▼▼▼
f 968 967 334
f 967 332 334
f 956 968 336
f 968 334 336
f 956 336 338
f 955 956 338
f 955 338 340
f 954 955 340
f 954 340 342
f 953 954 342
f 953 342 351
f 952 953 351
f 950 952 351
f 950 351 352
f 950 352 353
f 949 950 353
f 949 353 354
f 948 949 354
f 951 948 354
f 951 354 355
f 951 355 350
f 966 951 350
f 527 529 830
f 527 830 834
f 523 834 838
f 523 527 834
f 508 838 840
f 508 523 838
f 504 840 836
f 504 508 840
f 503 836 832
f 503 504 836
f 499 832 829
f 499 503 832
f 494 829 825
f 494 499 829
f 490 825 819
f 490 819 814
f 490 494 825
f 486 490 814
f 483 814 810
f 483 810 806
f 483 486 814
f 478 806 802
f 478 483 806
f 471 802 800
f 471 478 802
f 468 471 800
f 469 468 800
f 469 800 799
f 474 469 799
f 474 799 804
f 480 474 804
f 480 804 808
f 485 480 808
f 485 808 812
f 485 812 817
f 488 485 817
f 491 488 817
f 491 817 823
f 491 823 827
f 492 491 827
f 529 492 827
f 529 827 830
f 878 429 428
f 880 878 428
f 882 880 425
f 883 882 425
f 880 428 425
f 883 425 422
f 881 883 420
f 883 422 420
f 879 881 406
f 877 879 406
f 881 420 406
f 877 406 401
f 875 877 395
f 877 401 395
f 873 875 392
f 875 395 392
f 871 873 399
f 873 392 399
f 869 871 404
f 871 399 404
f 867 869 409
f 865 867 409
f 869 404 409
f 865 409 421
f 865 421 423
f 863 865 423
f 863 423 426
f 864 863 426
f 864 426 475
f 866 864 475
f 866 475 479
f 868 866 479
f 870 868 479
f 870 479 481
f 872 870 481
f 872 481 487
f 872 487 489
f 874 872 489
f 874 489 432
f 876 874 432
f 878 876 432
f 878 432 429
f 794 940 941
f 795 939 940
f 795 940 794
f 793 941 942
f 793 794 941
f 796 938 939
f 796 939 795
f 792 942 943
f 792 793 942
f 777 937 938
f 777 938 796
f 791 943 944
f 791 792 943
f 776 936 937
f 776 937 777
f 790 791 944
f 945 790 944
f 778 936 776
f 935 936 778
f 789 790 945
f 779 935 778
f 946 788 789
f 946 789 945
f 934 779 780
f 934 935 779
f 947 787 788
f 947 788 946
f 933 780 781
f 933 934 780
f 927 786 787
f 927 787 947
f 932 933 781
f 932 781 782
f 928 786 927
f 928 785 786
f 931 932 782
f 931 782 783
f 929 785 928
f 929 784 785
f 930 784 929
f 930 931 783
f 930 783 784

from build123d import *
▲▲▲
Please repeat, exactly and only, the lines from the one containing "f 946 789 945" through the last line of the records, both included.

f 946 789 945
f 934 779 780
f 934 935 779
f 947 787 788
f 947 788 946
f 933 780 781
f 933 934 780
f 927 786 787
f 927 787 947
f 932 933 781
f 932 781 782
f 928 786 927
f 928 785 786
f 931 932 782
f 931 782 783
f 929 785 928
f 929 784 785
f 930 784 929
f 930 931 783
f 930 783 784

from build123d import *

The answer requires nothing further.